**Task requirements:** Would you restate word for word the lines of the listing, beginning at the first and ending with the line that holds "v38 (-17.5,15,0)"?
Information Start Marker
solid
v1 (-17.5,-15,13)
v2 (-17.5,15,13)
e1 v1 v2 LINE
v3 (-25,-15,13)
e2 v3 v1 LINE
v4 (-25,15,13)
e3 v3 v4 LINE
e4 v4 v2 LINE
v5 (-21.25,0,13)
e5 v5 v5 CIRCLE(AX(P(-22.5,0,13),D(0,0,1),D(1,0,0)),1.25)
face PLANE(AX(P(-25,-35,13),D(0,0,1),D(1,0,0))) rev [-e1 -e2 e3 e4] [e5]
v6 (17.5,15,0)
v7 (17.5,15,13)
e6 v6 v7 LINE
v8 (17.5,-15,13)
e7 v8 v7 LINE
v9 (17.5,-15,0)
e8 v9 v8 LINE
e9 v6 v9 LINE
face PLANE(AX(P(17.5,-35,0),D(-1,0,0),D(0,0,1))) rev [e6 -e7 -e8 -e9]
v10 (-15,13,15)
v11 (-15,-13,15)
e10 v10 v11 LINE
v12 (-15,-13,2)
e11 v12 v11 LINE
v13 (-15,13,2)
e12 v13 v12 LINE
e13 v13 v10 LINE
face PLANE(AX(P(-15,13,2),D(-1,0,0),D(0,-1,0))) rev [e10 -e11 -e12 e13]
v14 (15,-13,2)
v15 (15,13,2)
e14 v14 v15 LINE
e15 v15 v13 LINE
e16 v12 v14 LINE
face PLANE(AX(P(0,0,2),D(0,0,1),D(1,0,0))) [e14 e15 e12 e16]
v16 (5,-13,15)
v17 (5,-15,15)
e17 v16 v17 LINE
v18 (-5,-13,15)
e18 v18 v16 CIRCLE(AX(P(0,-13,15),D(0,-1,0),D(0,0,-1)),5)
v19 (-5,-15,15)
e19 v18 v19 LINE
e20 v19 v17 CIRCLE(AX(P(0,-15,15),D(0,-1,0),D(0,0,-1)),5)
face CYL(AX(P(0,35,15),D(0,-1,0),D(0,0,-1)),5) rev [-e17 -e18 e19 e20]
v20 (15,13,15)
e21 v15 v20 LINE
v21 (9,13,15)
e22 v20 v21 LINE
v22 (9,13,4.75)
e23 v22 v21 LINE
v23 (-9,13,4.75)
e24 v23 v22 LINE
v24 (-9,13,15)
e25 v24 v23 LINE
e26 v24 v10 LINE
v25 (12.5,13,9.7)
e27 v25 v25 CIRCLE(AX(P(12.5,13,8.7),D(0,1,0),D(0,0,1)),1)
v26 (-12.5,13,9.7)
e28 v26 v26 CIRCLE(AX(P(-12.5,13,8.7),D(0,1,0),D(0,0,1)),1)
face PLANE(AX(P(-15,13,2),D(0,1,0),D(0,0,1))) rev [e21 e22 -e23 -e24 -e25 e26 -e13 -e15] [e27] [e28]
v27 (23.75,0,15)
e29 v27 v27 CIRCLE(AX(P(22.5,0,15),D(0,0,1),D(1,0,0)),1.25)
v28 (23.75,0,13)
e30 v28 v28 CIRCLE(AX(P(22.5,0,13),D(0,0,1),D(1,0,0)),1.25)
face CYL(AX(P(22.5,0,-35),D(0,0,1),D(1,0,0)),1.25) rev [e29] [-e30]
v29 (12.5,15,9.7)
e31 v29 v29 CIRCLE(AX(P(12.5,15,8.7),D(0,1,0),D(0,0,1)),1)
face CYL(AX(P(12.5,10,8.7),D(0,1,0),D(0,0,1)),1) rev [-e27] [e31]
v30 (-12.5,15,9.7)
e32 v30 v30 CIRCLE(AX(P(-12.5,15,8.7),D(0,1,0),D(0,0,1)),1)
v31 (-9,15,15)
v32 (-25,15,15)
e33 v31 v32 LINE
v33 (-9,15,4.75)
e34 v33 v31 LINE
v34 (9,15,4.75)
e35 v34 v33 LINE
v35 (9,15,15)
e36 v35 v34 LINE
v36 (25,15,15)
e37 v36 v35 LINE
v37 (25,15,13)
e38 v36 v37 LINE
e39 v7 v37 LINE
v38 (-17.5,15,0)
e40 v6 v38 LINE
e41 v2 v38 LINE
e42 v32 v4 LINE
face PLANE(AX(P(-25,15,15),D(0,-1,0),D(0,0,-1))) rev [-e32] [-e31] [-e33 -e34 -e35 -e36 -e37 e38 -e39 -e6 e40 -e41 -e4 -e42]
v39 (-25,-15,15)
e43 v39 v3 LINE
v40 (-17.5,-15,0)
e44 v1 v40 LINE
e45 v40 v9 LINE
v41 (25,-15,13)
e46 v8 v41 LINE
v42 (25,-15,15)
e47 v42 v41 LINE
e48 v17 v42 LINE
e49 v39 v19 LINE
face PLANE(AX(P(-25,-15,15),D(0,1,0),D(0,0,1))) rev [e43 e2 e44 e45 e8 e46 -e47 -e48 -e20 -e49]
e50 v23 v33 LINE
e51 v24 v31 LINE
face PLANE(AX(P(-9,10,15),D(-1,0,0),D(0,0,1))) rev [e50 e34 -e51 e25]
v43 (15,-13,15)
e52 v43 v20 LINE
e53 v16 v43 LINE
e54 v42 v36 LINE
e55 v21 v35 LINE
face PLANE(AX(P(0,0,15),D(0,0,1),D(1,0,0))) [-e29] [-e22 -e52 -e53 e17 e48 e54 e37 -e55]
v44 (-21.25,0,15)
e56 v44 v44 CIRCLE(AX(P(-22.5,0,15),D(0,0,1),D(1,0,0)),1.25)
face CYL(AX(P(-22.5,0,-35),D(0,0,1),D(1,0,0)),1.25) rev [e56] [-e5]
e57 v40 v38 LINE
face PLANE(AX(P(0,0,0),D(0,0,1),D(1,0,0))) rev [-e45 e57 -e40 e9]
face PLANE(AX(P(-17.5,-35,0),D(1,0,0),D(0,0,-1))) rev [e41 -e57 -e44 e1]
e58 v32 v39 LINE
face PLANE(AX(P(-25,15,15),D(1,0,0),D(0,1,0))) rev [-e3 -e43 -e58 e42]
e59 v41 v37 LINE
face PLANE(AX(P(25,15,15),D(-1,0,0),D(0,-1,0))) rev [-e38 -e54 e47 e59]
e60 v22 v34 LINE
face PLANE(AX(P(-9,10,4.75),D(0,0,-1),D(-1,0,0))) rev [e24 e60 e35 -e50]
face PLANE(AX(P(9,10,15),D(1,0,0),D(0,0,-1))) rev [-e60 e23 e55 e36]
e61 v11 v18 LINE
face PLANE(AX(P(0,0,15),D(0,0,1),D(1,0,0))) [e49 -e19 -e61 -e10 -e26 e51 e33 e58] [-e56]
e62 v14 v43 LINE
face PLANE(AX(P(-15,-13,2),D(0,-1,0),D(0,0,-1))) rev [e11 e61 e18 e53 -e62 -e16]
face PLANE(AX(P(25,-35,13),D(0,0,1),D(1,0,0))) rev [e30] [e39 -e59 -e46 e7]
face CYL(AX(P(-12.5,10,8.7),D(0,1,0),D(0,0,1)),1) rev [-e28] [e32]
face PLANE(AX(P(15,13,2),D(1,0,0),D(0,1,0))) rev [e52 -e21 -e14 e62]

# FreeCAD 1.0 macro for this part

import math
import FreeCAD as App
import Part
import Sketcher

V = App.Vector
Q = App.Units.Quantity


def add_polygon(sketch, points):
    """Adds a closed chain of lines whose ends are joined by coincident constraints."""
    first, n = sketch.GeometryCount, len(points)
    for a, b in zip(points, points[1:] + points[:1]):
        sketch.addGeometry(Part.LineSegment(App.Vector(*a, 0), App.Vector(*b, 0)), False)
    for i in range(n):
        sketch.addConstraint(Sketcher.Constraint("Coincident", first + i, 2, first + (i + 1) % n, 1))

doc = App.newDocument("Part")
body = doc.addObject("PartDesign::Body", "Body")

# Sketch on XY plane
sketch1 = doc.addObject("Sketcher::SketchObject", "Sketch")
body.addObject(sketch1)
sketch1.AttachmentSupport = (doc.XY_Plane, [""])
sketch1.MapMode = "FlatFace"
add_polygon(sketch1, [(-25, 15), (-25, -15), (25, -15), (25, 15)])  # lines 0-3
sketch1.addConstraint(Sketcher.Constraint("Vertical", 0))
sketch1.addConstraint(Sketcher.Constraint("Horizontal", 1))
sketch1.addConstraint(Sketcher.Constraint("Vertical", 2))
sketch1.addConstraint(Sketcher.Constraint("Horizontal", 3))
sketch1.addConstraint(Sketcher.Constraint("Symmetric", 0, 2, 2, 2, -1, 1))
sketch1.addConstraint(Sketcher.Constraint("DistanceX", 1, 1, 1, 2, Q("50 mm")))
sketch1.addConstraint(Sketcher.Constraint("DistanceY", 0, 2, 0, 1, Q("30 mm")))
pad1 = doc.addObject("PartDesign::Pad", "Pad")
body.addObject(pad1)
pad1.Profile = sketch1
pad1.Length = 15

# Sketch on XZ plane
sketch2 = doc.addObject("Sketcher::SketchObject", "Sketch001")
body.addObject(sketch2)
sketch2.AttachmentSupport = (doc.XZ_Plane, [""])
sketch2.MapMode = "FlatFace"
sketch2.AttachmentOffset = App.Placement(V(0, 0, -15), App.Rotation())
add_polygon(sketch2, [(-9, 5), (-9, 15), (9, 15), (9, 5)])  # lines 0-3
sketch2.addConstraint(Sketcher.Constraint("Vertical", 0))
sketch2.addConstraint(Sketcher.Constraint("Horizontal", 1))
sketch2.addConstraint(Sketcher.Constraint("Vertical", 2))
sketch2.addConstraint(Sketcher.Constraint("Horizontal", 3))
sketch2.addConstraint(Sketcher.Constraint("DistanceX", 1, 1, 1, 2, Q("18 mm")))
sketch2.addConstraint(Sketcher.Constraint("DistanceX", 0, 2, -1, 1, Q("9 mm")))
sketch2.addConstraint(Sketcher.Constraint("DistanceY", -1, 1, 0, 2, Q("15 mm")))
sketch2.addConstraint(Sketcher.Constraint("DistanceY", 0, 1, 0, 2, Q("10.25 mm")))
pocket1 = doc.addObject("PartDesign::Pocket", "Pocket")
body.addObject(pocket1)
pocket1.Profile = sketch2
pocket1.Length = 5
pocket1.Reversed = True

# Sketch on XY plane
sketch3 = doc.addObject("Sketcher::SketchObject", "Sketch002")
body.addObject(sketch3)
sketch3.AttachmentSupport = (doc.XY_Plane, [""])
sketch3.MapMode = "FlatFace"
sketch3.AttachmentOffset = App.Placement(V(0, 0, 15), App.Rotation())
add_polygon(sketch3, [(-15, 13), (-15, -13), (15, -13), (15, 13)])  # lines 0-3
sketch3.addConstraint(Sketcher.Constraint("Vertical", 0))
sketch3.addConstraint(Sketcher.Constraint("Horizontal", 1))
sketch3.addConstraint(Sketcher.Constraint("Vertical", 2))
sketch3.addConstraint(Sketcher.Constraint("Horizontal", 3))
sketch3.addConstraint(Sketcher.Constraint("Symmetric", 0, 2, 2, 2, -1, 1))
sketch3.addConstraint(Sketcher.Constraint("DistanceX", 1, 1, 1, 2, Q("30 mm")))
sketch3.addConstraint(Sketcher.Constraint("DistanceY", 0, 2, 0, 1, Q("26 mm")))
pocket2 = doc.addObject("PartDesign::Pocket", "Pocket001")
body.addObject(pocket2)
pocket2.Profile = sketch3
pocket2.Length = 13

# Sketch on XZ plane
sketch4 = doc.addObject("Sketcher::SketchObject", "Sketch003")
body.addObject(sketch4)
sketch4.AttachmentSupport = (doc.XZ_Plane, [""])
sketch4.MapMode = "FlatFace"
sketch4.AttachmentOffset = App.Placement(V(0, 0, -15), App.Rotation())
add_polygon(sketch4, [(-25, 0), (-25, 13), (-18, 13), (-18, 0)])  # lines 0-3
sketch4.addConstraint(Sketcher.Constraint("Vertical", 0))
sketch4.addConstraint(Sketcher.Constraint("Horizontal", 1))
sketch4.addConstraint(Sketcher.Constraint("Vertical", 2))
sketch4.addConstraint(Sketcher.Constraint("Horizontal", 3))
sketch4.addConstraint(Sketcher.Constraint("PointOnObject", 2, 2, -1))
sketch4.addConstraint(Sketcher.Constraint("DistanceY", 0, 1, 0, 2, Q("13 mm")))
sketch4.addConstraint(Sketcher.Constraint("DistanceX", 1, 1, 1, 2, Q("7.5 mm")))
sketch4.addConstraint(Sketcher.Constraint("DistanceX", 0, 2, -1, 1, Q("25 mm")))
pocket3 = doc.addObject("PartDesign::Pocket", "Pocket002")
body.addObject(pocket3)
pocket3.Profile = sketch4
pocket3.Length = 50
pocket3.Reversed = True

# Sketch on XZ plane
sketch5 = doc.addObject("Sketcher::SketchObject", "Sketch004")
body.addObject(sketch5)
sketch5.AttachmentSupport = (doc.XZ_Plane, [""])
sketch5.MapMode = "FlatFace"
sketch5.AttachmentOffset = App.Placement(V(0, 0, -15), App.Rotation())
add_polygon(sketch5, [(18, 0), (18, 13), (25, 13), (25, 0)])  # lines 0-3
sketch5.addConstraint(Sketcher.Constraint("Vertical", 0))
sketch5.addConstraint(Sketcher.Constraint("Horizontal", 1))
sketch5.addConstraint(Sketcher.Constraint("Vertical", 2))
sketch5.addConstraint(Sketcher.Constraint("Horizontal", 3))
sketch5.addConstraint(Sketcher.Constraint("PointOnObject", 2, 2, -1))
sketch5.addConstraint(Sketcher.Constraint("DistanceY", 0, 1, 0, 2, Q("13 mm")))
sketch5.addConstraint(Sketcher.Constraint("DistanceX", 1, 1, 1, 2, Q("7.5 mm")))
sketch5.addConstraint(Sketcher.Constraint("DistanceX", -1, 1, 1, 2, Q("25 mm")))
pocket4 = doc.addObject("PartDesign::Pocket", "Pocket003")
body.addObject(pocket4)
pocket4.Profile = sketch5
pocket4.Length = 50
pocket4.Reversed = True

# Sketch on XZ plane
sketch6 = doc.addObject("Sketcher::SketchObject", "Sketch005")
body.addObject(sketch6)
sketch6.AttachmentSupport = (doc.XZ_Plane, [""])
sketch6.MapMode = "FlatFace"
sketch6.AttachmentOffset = App.Placement(V(0, 0, 15), App.Rotation())
sketch6.addGeometry(Part.LineSegment(V(5, 15, 0), V(-5, 15, 0)), False)
sketch6.addGeometry(Part.ArcOfCircle(Part.Circle(V(0, 15, 0), V(0, 0, 1), 5), math.radians(180), math.radians(360)), False)
sketch6.addConstraint(Sketcher.Constraint("Coincident", 0, 1, 1, 2))
sketch6.addConstraint(Sketcher.Constraint("Coincident", 1, 1, 0, 2))
sketch6.addConstraint(Sketcher.Constraint("Horizontal", 0))
sketch6.addConstraint(Sketcher.Constraint("PointOnObject", 1, 3, -2))
sketch6.addConstraint(Sketcher.Constraint("Horizontal", 1, 3, 0, 1))
sketch6.addConstraint(Sketcher.Constraint("Radius", 1, Q("5 mm")))
sketch6.addConstraint(Sketcher.Constraint("DistanceY", -1, 1, 1, 3, Q("15 mm")))
pocket5 = doc.addObject("PartDesign::Pocket", "Pocket004")
body.addObject(pocket5)
pocket5.Profile = sketch6
pocket5.Length = 50

# Sketch on XY plane
sketch7 = doc.addObject("Sketcher::SketchObject", "Sketch006")
body.addObject(sketch7)
sketch7.AttachmentSupport = (doc.XY_Plane, [""])
sketch7.MapMode = "FlatFace"
sketch7.AttachmentOffset = App.Placement(V(0, 0, 15), App.Rotation())
sketch7.addGeometry(Part.Circle(V(22.5, 0, 0), V(0, 0, 1), 1.2), False)
sketch7.addConstraint(Sketcher.Constraint("PointOnObject", 0, 3, -1))
sketch7.addConstraint(Sketcher.Constraint("Diameter", 0, Q("2.5 mm")))
sketch7.addConstraint(Sketcher.Constraint("DistanceX", -1, 1, 0, 3, Q("22.5 mm")))
pocket6 = doc.addObject("PartDesign::Pocket", "Pocket005")
body.addObject(pocket6)
pocket6.Profile = sketch7
pocket6.Length = 50
doc.recompute()

linearpattern = doc.addObject("PartDesign::LinearPattern", "LinearPattern")
body.addObject(linearpattern)
linearpattern.Originals = [pocket6]
linearpattern.Direction = (doc.X_Axis, [""])
linearpattern.Mode = "offset"
linearpattern.Offset = 45
linearpattern.Occurrences = 2
linearpattern.Reversed = True
body.Tip = linearpattern

# Sketch on XZ plane
sketch8 = doc.addObject("Sketcher::SketchObject", "Sketch007")
body.addObject(sketch8)
sketch8.AttachmentSupport = (doc.XZ_Plane, [""])
sketch8.MapMode = "FlatFace"
sketch8.AttachmentOffset = App.Placement(V(0, 0, -15), App.Rotation())
sketch8.addGeometry(Part.Circle(V(-12.5, 8.7, 0), V(0, 0, 1), 1), False)
sketch8.addConstraint(Sketcher.Constraint("Diameter", 0, Q("2 mm")))
sketch8.addConstraint(Sketcher.Constraint("DistanceX", 0, 3, -1, 1, Q("12.5 mm")))
sketch8.addConstraint(Sketcher.Constraint("DistanceY", -1, 1, 0, 3, Q("8.7 mm")))
pocket7 = doc.addObject("PartDesign::Pocket", "Pocket006")
body.addObject(pocket7)
pocket7.Profile = sketch8
pocket7.Length = 5
pocket7.Reversed = True
doc.recompute()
Information End Marker
**Task answer:**
solid
v1 (-17.5,-15,13)
v2 (-17.5,15,13)
e1 v1 v2 LINE
v3 (-25,-15,13)
e2 v3 v1 LINE
v4 (-25,15,13)
e3 v3 v4 LINE
e4 v4 v2 LINE
v5 (-21.25,0,13)
e5 v5 v5 CIRCLE(AX(P(-22.5,0,13),D(0,0,1),D(1,0,0)),1.25)
face PLANE(AX(P(-25,-35,13),D(0,0,1),D(1,0,0))) rev [-e1 -e2 e3 e4] [e5]
v6 (17.5,15,0)
v7 (17.5,15,13)
e6 v6 v7 LINE
v8 (17.5,-15,13)
e7 v8 v7 LINE
v9 (17.5,-15,0)
e8 v9 v8 LINE
e9 v6 v9 LINE
face PLANE(AX(P(17.5,-35,0),D(-1,0,0),D(0,0,1))) rev [e6 -e7 -e8 -e9]
v10 (-15,13,15)
v11 (-15,-13,15)
e10 v10 v11 LINE
v12 (-15,-13,2)
e11 v12 v11 LINE
v13 (-15,13,2)
e12 v13 v12 LINE
e13 v13 v10 LINE
face PLANE(AX(P(-15,13,2),D(-1,0,0),D(0,-1,0))) rev [e10 -e11 -e12 e13]
v14 (15,-13,2)
v15 (15,13,2)
e14 v14 v15 LINE
e15 v15 v13 LINE
e16 v12 v14 LINE
face PLANE(AX(P(0,0,2),D(0,0,1),D(1,0,0))) [e14 e15 e12 e16]
v16 (5,-13,15)
v17 (5,-15,15)
e17 v16 v17 LINE
v18 (-5,-13,15)
e18 v18 v16 CIRCLE(AX(P(0,-13,15),D(0,-1,0),D(0,0,-1)),5)
v19 (-5,-15,15)
e19 v18 v19 LINE
e20 v19 v17 CIRCLE(AX(P(0,-15,15),D(0,-1,0),D(0,0,-1)),5)
face CYL(AX(P(0,35,15),D(0,-1,0),D(0,0,-1)),5) rev [-e17 -e18 e19 e20]
v20 (15,13,15)
e21 v15 v20 LINE
v21 (9,13,15)
e22 v20 v21 LINE
v22 (9,13,4.75)
e23 v22 v21 LINE
v23 (-9,13,4.75)
e24 v23 v22 LINE
v24 (-9,13,15)
e25 v24 v23 LINE
e26 v24 v10 LINE
v25 (12.5,13,9.7)
e27 v25 v25 CIRCLE(AX(P(12.5,13,8.7),D(0,1,0),D(0,0,1)),1)
v26 (-12.5,13,9.7)
e28 v26 v26 CIRCLE(AX(P(-12.5,13,8.7),D(0,1,0),D(0,0,1)),1)
face PLANE(AX(P(-15,13,2),D(0,1,0),D(0,0,1))) rev [e21 e22 -e23 -e24 -e25 e26 -e13 -e15] [e27] [e28]
v27 (23.75,0,15)
e29 v27 v27 CIRCLE(AX(P(22.5,0,15),D(0,0,1),D(1,0,0)),1.25)
v28 (23.75,0,13)
e30 v28 v28 CIRCLE(AX(P(22.5,0,13),D(0,0,1),D(1,0,0)),1.25)
face CYL(AX(P(22.5,0,-35),D(0,0,1),D(1,0,0)),1.25) rev [e29] [-e30]
v29 (12.5,15,9.7)
e31 v29 v29 CIRCLE(AX(P(12.5,15,8.7),D(0,1,0),D(0,0,1)),1)
face CYL(AX(P(12.5,10,8.7),D(0,1,0),D(0,0,1)),1) rev [-e27] [e31]
v30 (-12.5,15,9.7)
e32 v30 v30 CIRCLE(AX(P(-12.5,15,8.7),D(0,1,0),D(0,0,1)),1)
v31 (-9,15,15)
v32 (-25,15,15)
e33 v31 v32 LINE
v33 (-9,15,4.75)
e34 v33 v31 LINE
v34 (9,15,4.75)
e35 v34 v33 LINE
v35 (9,15,15)
e36 v35 v34 LINE
v36 (25,15,15)
e37 v36 v35 LINE
v37 (25,15,13)
e38 v36 v37 LINE
e39 v7 v37 LINE
v38 (-17.5,15,0)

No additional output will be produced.